───── Entries shown ─────
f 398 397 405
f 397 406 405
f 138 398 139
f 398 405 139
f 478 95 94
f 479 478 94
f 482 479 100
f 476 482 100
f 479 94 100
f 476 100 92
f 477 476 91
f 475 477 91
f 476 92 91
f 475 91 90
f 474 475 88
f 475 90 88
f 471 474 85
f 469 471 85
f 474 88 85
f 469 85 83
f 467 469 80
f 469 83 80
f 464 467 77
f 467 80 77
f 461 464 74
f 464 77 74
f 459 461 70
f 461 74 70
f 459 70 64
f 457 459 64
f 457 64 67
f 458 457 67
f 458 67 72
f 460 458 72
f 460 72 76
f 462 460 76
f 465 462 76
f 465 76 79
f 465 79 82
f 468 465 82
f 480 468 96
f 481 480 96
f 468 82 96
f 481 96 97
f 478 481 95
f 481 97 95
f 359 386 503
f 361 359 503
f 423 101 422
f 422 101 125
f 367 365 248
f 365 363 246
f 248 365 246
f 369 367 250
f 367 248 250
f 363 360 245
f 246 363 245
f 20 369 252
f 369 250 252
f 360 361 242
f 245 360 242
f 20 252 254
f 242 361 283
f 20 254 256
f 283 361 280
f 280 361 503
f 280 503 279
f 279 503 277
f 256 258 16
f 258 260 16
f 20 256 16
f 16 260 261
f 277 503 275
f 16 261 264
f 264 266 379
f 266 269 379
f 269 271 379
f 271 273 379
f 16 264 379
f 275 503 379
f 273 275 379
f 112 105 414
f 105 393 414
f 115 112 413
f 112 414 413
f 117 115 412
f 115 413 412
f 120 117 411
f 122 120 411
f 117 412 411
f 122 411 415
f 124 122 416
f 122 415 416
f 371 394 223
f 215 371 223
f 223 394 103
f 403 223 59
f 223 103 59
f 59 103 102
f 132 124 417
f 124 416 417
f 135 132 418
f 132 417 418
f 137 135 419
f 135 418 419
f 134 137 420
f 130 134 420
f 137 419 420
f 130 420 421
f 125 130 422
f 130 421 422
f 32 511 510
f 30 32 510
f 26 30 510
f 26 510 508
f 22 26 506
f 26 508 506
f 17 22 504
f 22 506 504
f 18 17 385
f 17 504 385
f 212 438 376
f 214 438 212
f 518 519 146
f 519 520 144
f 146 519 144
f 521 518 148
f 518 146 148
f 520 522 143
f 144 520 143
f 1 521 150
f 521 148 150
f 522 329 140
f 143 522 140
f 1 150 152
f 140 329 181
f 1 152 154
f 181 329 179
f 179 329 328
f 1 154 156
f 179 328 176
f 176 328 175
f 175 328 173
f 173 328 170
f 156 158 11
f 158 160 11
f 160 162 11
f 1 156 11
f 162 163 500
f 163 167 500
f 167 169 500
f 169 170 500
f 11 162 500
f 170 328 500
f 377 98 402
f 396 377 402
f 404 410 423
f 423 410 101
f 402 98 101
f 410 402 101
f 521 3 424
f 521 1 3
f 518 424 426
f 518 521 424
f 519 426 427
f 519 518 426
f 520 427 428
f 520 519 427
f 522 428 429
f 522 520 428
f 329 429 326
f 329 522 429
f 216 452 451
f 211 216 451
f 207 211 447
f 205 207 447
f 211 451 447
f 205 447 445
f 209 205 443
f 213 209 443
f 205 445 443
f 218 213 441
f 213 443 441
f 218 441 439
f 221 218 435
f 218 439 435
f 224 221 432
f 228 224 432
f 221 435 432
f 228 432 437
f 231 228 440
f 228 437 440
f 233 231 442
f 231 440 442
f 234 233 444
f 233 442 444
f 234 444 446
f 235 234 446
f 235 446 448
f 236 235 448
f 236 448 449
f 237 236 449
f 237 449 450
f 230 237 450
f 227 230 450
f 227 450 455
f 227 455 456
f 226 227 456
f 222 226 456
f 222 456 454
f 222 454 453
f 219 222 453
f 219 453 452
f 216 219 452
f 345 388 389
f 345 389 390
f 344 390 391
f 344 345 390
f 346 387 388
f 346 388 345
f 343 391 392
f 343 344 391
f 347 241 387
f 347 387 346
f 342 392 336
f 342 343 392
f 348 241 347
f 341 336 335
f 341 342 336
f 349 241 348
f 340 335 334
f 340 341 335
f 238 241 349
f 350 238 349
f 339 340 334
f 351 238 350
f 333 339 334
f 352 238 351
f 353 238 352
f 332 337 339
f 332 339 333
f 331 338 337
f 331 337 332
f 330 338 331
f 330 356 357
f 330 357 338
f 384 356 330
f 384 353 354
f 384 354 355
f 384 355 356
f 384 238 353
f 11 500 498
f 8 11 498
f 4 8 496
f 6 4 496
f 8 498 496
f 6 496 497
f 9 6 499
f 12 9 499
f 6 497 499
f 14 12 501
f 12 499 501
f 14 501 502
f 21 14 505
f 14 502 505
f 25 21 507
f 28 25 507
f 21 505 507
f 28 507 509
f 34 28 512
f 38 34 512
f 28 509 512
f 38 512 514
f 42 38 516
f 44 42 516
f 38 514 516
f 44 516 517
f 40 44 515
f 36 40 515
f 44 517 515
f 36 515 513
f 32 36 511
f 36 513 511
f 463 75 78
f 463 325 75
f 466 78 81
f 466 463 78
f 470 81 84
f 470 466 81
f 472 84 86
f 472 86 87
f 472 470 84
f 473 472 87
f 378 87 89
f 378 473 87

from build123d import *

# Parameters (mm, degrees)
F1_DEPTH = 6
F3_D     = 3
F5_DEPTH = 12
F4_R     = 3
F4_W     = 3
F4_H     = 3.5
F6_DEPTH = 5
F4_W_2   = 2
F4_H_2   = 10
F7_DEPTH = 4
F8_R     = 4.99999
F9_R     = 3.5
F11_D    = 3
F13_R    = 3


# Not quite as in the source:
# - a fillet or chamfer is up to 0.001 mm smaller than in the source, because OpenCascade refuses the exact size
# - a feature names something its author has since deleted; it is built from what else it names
─────
Instructions for the task: The answer should be a single number: the count of lines in the records that hold the string "source".

Solution to the exercise: 2